### YOUR GOAL
Lines below starting with the line with "#331=ORIENTED_EDGE('',*,*,#122,.F.);" and going on through the line with "END-ISO-10303-21;" must be output exactly; the rest of the records must be left out.

Saved entries:
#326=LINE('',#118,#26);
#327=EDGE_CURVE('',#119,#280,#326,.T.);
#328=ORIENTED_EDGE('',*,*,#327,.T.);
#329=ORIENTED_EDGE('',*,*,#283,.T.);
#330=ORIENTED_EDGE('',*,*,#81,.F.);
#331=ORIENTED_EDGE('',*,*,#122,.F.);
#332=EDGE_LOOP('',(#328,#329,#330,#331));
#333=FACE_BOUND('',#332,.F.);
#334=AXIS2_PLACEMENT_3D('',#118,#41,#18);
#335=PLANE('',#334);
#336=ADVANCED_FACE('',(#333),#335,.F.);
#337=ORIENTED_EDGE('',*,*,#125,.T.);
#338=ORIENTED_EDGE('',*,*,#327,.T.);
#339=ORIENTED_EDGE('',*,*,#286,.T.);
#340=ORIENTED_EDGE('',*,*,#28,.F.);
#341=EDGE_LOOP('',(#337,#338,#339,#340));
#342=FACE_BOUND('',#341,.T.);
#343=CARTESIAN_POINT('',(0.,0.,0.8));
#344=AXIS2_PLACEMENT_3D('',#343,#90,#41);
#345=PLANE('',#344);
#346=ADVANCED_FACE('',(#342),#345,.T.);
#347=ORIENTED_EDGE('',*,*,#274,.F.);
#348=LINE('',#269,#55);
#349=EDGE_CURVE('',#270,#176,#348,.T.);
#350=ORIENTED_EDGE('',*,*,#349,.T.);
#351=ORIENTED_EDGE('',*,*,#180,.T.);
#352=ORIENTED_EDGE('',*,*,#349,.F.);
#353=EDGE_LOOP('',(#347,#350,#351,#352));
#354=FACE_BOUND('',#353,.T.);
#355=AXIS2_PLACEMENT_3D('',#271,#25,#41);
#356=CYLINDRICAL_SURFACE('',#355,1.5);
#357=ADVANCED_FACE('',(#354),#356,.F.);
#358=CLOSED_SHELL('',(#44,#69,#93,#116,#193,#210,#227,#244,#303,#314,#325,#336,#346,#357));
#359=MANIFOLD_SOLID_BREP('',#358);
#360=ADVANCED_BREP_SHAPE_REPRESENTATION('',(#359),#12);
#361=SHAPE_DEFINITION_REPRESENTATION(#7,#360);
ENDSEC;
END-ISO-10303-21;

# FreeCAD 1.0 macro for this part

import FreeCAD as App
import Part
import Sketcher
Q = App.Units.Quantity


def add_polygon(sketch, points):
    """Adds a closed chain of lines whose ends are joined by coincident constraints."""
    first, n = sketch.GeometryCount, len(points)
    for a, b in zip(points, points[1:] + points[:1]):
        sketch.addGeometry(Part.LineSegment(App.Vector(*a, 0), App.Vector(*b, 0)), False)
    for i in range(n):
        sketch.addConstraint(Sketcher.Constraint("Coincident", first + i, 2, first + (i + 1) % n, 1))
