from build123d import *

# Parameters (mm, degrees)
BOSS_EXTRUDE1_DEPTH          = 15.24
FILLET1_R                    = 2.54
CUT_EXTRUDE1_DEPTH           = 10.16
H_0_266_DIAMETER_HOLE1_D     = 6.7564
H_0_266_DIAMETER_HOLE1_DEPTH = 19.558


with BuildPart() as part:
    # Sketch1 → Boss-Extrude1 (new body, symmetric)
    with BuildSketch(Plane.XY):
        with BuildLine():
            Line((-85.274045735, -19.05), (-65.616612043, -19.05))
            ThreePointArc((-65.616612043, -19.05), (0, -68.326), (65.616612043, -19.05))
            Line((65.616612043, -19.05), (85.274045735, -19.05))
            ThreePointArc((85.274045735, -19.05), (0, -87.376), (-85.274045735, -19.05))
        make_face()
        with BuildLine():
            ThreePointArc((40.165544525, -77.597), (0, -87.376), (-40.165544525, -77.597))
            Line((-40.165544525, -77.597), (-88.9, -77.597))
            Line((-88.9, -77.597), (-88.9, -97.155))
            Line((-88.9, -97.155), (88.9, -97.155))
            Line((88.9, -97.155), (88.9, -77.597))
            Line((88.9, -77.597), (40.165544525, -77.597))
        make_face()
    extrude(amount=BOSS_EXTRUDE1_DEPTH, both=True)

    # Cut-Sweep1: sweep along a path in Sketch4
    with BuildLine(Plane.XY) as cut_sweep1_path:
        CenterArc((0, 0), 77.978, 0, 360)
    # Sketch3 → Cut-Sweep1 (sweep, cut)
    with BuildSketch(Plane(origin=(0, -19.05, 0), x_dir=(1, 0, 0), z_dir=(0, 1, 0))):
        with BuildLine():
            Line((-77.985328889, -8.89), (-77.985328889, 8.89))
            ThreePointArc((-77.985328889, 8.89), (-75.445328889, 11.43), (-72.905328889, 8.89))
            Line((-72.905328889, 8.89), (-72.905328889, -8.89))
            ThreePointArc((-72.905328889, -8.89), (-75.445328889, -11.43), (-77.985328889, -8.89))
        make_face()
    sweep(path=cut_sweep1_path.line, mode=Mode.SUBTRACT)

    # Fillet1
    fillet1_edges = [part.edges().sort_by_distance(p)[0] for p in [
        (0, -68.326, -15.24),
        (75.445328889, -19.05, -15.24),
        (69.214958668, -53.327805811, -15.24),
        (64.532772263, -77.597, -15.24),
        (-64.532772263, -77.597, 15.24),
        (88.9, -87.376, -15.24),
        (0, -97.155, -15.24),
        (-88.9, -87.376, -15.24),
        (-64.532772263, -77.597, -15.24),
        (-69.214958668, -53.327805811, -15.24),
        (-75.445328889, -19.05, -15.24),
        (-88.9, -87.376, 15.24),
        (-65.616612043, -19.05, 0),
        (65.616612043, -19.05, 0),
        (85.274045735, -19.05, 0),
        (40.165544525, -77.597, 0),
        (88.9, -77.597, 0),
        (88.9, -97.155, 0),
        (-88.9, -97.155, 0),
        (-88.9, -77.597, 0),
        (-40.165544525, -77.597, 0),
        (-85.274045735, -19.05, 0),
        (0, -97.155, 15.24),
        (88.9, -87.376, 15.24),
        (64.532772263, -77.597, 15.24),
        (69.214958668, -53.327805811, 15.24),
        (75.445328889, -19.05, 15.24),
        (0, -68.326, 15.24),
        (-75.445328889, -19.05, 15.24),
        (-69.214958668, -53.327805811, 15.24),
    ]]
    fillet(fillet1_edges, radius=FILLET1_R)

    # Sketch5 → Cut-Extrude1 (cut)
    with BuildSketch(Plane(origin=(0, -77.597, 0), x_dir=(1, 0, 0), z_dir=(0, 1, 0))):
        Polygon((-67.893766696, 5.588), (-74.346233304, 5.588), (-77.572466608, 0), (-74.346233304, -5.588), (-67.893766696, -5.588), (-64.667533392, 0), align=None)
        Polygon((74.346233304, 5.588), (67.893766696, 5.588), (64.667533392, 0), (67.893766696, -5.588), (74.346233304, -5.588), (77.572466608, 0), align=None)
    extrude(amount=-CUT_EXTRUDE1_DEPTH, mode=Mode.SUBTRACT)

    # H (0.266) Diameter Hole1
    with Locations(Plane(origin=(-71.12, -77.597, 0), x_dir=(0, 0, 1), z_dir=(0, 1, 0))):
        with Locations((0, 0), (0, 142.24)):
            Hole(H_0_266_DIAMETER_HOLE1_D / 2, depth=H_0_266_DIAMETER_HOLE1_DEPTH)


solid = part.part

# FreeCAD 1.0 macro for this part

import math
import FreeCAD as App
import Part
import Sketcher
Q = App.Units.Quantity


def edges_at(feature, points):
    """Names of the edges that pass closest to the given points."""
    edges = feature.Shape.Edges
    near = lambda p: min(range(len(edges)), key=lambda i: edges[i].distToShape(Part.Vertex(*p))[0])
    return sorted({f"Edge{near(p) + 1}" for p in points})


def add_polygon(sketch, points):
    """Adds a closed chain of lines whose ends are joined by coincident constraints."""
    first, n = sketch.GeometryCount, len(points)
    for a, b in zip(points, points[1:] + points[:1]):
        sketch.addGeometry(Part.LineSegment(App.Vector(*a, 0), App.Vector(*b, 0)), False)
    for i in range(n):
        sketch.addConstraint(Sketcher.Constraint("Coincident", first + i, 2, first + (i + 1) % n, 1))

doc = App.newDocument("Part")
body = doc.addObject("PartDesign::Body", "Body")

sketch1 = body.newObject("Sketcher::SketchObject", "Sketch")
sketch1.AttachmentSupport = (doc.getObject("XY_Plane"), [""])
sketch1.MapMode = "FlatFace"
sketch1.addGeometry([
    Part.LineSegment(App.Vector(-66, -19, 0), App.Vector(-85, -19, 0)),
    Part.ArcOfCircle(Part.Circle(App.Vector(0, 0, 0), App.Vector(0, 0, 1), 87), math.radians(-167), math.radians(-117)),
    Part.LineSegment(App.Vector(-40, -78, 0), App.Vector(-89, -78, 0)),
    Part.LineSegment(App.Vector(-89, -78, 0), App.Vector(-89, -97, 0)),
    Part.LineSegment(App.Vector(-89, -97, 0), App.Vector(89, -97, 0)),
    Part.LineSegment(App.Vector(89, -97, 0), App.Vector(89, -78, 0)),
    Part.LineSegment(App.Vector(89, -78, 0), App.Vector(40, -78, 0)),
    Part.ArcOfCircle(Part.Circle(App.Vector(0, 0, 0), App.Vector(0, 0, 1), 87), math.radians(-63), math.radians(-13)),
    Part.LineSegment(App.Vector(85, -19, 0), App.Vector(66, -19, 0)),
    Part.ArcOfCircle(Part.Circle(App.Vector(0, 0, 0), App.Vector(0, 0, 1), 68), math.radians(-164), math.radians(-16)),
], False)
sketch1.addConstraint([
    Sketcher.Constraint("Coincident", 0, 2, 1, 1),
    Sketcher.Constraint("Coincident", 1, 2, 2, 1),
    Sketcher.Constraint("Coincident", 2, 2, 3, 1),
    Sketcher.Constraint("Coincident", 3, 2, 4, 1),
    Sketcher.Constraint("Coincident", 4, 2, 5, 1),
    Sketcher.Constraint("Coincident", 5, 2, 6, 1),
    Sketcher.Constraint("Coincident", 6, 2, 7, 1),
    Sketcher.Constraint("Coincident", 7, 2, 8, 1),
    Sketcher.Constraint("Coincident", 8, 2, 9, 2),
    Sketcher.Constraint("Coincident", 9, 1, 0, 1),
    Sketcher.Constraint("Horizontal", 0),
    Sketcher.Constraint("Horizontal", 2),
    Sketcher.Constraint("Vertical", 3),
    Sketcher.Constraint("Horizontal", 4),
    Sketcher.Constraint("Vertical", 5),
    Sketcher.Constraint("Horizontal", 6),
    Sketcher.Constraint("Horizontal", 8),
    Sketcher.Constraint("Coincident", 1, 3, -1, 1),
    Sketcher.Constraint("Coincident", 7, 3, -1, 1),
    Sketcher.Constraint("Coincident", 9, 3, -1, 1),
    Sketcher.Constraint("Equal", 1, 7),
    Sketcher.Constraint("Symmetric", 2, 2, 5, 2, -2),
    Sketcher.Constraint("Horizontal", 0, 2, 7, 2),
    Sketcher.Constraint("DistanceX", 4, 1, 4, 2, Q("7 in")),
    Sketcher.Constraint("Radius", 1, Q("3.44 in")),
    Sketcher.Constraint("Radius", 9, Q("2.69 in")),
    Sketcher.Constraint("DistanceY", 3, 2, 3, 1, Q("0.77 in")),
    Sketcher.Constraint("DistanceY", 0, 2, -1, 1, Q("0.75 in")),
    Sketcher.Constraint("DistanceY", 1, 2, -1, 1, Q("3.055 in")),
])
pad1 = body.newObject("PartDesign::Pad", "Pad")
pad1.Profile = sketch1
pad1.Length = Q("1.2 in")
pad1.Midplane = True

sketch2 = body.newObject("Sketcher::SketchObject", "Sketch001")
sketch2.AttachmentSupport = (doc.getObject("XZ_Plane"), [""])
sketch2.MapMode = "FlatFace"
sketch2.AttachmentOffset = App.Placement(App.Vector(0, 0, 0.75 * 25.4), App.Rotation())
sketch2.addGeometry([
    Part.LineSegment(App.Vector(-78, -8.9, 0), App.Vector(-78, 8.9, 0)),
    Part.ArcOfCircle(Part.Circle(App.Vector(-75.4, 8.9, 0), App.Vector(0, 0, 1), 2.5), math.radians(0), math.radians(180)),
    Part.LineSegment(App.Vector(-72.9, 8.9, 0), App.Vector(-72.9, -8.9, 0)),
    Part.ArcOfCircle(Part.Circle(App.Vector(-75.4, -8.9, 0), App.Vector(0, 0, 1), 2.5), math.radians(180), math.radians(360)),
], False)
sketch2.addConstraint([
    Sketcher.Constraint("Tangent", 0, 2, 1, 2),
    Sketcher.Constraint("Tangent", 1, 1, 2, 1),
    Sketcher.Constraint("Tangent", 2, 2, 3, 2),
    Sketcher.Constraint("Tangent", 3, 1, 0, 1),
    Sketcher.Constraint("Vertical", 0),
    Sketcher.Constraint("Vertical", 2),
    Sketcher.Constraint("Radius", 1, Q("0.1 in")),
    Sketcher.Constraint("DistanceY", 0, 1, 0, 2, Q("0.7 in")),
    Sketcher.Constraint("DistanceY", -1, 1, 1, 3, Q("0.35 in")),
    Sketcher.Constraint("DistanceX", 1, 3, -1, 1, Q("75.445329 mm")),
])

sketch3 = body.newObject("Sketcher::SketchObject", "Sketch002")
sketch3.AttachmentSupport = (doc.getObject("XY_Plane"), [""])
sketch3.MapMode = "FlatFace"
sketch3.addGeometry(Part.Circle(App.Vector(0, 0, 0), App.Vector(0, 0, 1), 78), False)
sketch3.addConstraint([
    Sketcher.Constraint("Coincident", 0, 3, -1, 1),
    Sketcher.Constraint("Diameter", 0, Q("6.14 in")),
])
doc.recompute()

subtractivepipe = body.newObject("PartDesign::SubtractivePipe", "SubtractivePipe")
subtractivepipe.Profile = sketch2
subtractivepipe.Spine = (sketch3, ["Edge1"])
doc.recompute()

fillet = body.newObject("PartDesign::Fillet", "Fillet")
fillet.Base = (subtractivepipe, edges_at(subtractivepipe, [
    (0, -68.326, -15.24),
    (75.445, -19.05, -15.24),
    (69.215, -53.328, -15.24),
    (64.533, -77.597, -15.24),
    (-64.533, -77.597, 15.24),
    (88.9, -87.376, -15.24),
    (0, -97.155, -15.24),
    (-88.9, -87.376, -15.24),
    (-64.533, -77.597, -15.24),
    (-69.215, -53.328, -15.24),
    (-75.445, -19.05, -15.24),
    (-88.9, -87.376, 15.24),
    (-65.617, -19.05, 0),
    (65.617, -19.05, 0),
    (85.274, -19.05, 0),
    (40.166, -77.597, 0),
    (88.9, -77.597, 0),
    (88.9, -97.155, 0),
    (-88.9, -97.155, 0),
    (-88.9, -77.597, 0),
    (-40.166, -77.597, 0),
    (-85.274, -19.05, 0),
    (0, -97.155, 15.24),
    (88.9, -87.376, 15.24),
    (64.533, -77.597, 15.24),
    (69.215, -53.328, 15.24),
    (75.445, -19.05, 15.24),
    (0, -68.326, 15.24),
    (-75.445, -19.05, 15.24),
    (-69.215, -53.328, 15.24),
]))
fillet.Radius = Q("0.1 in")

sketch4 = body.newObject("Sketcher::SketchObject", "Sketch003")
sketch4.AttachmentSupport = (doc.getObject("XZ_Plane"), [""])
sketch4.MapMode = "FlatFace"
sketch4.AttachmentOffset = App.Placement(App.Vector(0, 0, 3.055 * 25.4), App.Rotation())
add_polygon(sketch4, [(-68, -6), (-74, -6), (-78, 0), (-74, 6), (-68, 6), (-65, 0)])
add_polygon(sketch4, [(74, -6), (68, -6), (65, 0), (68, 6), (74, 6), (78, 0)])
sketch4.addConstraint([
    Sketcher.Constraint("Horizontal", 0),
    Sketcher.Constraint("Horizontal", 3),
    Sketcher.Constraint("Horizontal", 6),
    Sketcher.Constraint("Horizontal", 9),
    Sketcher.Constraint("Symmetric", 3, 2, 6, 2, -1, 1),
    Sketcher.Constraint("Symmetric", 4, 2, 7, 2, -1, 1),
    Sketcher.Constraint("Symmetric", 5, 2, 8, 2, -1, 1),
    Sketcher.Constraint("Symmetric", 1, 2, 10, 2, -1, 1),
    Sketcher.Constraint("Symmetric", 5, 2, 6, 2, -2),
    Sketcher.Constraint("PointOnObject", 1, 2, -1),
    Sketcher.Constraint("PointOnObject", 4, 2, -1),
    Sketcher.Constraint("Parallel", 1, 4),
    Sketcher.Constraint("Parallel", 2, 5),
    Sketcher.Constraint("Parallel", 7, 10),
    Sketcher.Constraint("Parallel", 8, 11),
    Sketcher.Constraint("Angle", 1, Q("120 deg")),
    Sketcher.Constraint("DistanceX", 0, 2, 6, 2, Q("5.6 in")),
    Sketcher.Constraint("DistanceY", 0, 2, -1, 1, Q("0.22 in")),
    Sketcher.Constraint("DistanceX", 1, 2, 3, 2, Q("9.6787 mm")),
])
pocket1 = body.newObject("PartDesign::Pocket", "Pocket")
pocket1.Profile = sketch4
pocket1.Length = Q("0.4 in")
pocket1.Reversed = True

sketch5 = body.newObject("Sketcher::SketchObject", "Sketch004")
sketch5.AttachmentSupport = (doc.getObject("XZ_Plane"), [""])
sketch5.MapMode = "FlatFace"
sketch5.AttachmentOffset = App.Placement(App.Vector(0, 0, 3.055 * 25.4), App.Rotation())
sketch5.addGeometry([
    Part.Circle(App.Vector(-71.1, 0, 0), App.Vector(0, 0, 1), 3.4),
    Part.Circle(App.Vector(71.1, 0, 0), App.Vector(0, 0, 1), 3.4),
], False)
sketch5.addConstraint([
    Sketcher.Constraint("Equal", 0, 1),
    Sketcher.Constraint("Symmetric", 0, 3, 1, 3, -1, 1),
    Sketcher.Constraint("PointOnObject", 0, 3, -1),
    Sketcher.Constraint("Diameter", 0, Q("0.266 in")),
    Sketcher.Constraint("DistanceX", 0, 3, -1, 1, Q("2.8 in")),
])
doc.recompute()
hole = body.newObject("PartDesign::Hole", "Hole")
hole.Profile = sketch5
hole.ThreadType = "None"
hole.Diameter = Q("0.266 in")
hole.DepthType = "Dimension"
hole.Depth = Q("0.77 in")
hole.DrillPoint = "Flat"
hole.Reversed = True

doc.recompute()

...

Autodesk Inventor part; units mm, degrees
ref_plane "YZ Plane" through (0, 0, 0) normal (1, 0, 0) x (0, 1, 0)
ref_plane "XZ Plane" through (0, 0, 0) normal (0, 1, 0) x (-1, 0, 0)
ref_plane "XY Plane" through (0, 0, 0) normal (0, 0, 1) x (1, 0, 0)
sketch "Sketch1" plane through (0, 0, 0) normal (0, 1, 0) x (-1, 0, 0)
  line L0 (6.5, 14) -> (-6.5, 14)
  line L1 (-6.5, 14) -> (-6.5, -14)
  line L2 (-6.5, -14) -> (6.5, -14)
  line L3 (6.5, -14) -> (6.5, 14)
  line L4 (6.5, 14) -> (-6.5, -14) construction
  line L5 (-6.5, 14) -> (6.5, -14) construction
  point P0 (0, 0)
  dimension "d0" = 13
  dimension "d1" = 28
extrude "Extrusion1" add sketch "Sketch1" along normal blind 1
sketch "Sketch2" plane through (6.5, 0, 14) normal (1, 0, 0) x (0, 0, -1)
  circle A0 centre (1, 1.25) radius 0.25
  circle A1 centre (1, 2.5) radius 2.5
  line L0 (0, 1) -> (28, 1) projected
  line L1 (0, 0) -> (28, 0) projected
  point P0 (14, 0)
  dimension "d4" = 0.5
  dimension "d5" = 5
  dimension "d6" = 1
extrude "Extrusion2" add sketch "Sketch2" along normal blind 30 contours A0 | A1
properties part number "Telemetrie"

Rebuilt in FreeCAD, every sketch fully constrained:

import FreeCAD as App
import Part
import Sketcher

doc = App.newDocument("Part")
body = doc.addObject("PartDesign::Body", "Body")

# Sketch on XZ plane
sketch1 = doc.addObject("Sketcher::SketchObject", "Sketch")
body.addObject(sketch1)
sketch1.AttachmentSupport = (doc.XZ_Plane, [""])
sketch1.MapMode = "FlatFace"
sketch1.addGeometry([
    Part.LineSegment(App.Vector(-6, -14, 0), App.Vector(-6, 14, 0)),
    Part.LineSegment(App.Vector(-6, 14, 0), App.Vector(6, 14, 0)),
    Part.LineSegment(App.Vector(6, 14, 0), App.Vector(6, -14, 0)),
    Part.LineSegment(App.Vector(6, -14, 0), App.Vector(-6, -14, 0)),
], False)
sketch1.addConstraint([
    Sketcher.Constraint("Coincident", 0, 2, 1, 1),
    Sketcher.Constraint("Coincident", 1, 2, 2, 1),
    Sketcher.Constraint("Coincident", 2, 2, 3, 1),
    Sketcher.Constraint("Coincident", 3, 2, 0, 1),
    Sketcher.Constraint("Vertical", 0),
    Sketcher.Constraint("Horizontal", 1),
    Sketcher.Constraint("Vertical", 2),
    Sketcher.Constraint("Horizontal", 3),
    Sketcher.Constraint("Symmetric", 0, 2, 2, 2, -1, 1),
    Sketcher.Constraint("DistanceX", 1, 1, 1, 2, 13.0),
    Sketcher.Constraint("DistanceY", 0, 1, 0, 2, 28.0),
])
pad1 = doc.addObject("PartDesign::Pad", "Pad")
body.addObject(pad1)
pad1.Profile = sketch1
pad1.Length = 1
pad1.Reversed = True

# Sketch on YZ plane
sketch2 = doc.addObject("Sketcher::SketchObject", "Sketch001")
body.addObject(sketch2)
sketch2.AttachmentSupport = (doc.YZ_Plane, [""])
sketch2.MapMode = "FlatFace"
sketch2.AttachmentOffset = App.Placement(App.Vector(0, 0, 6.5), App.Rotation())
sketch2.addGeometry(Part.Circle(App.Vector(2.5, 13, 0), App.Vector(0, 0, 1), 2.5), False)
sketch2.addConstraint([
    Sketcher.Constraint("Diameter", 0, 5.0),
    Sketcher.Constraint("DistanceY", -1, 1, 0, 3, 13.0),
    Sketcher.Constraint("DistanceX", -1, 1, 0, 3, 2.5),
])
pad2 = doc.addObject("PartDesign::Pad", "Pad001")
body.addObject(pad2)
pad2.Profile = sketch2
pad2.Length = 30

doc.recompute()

### EXPECTED ANSWER
#331=ORIENTED_EDGE('',*,*,#122,.F.);
#332=EDGE_LOOP('',(#328,#329,#330,#331));
#333=FACE_BOUND('',#332,.F.);
#334=AXIS2_PLACEMENT_3D('',#118,#41,#18);
#335=PLANE('',#334);
#336=ADVANCED_FACE('',(#333),#335,.F.);
#337=ORIENTED_EDGE('',*,*,#125,.T.);
#338=ORIENTED_EDGE('',*,*,#327,.T.);
#339=ORIENTED_EDGE('',*,*,#286,.T.);
#340=ORIENTED_EDGE('',*,*,#28,.F.);
#341=EDGE_LOOP('',(#337,#338,#339,#340));
#342=FACE_BOUND('',#341,.T.);
#343=CARTESIAN_POINT('',(0.,0.,0.8));
#344=AXIS2_PLACEMENT_3D('',#343,#90,#41);
#345=PLANE('',#344);
#346=ADVANCED_FACE('',(#342),#345,.T.);
#347=ORIENTED_EDGE('',*,*,#274,.F.);
#348=LINE('',#269,#55);
#349=EDGE_CURVE('',#270,#176,#348,.T.);
#350=ORIENTED_EDGE('',*,*,#349,.T.);
#351=ORIENTED_EDGE('',*,*,#180,.T.);
#352=ORIENTED_EDGE('',*,*,#349,.F.);
#353=EDGE_LOOP('',(#347,#350,#351,#352));
#354=FACE_BOUND('',#353,.T.);
#355=AXIS2_PLACEMENT_3D('',#271,#25,#41);
#356=CYLINDRICAL_SURFACE('',#355,1.5);
#357=ADVANCED_FACE('',(#354),#356,.F.);
#358=CLOSED_SHELL('',(#44,#69,#93,#116,#193,#210,#227,#244,#303,#314,#325,#336,#346,#357));
#359=MANIFOLD_SOLID_BREP('',#358);
#360=ADVANCED_BREP_SHAPE_REPRESENTATION('',(#359),#12);
#361=SHAPE_DEFINITION_REPRESENTATION(#7,#360);
ENDSEC;
END-ISO-10303-21;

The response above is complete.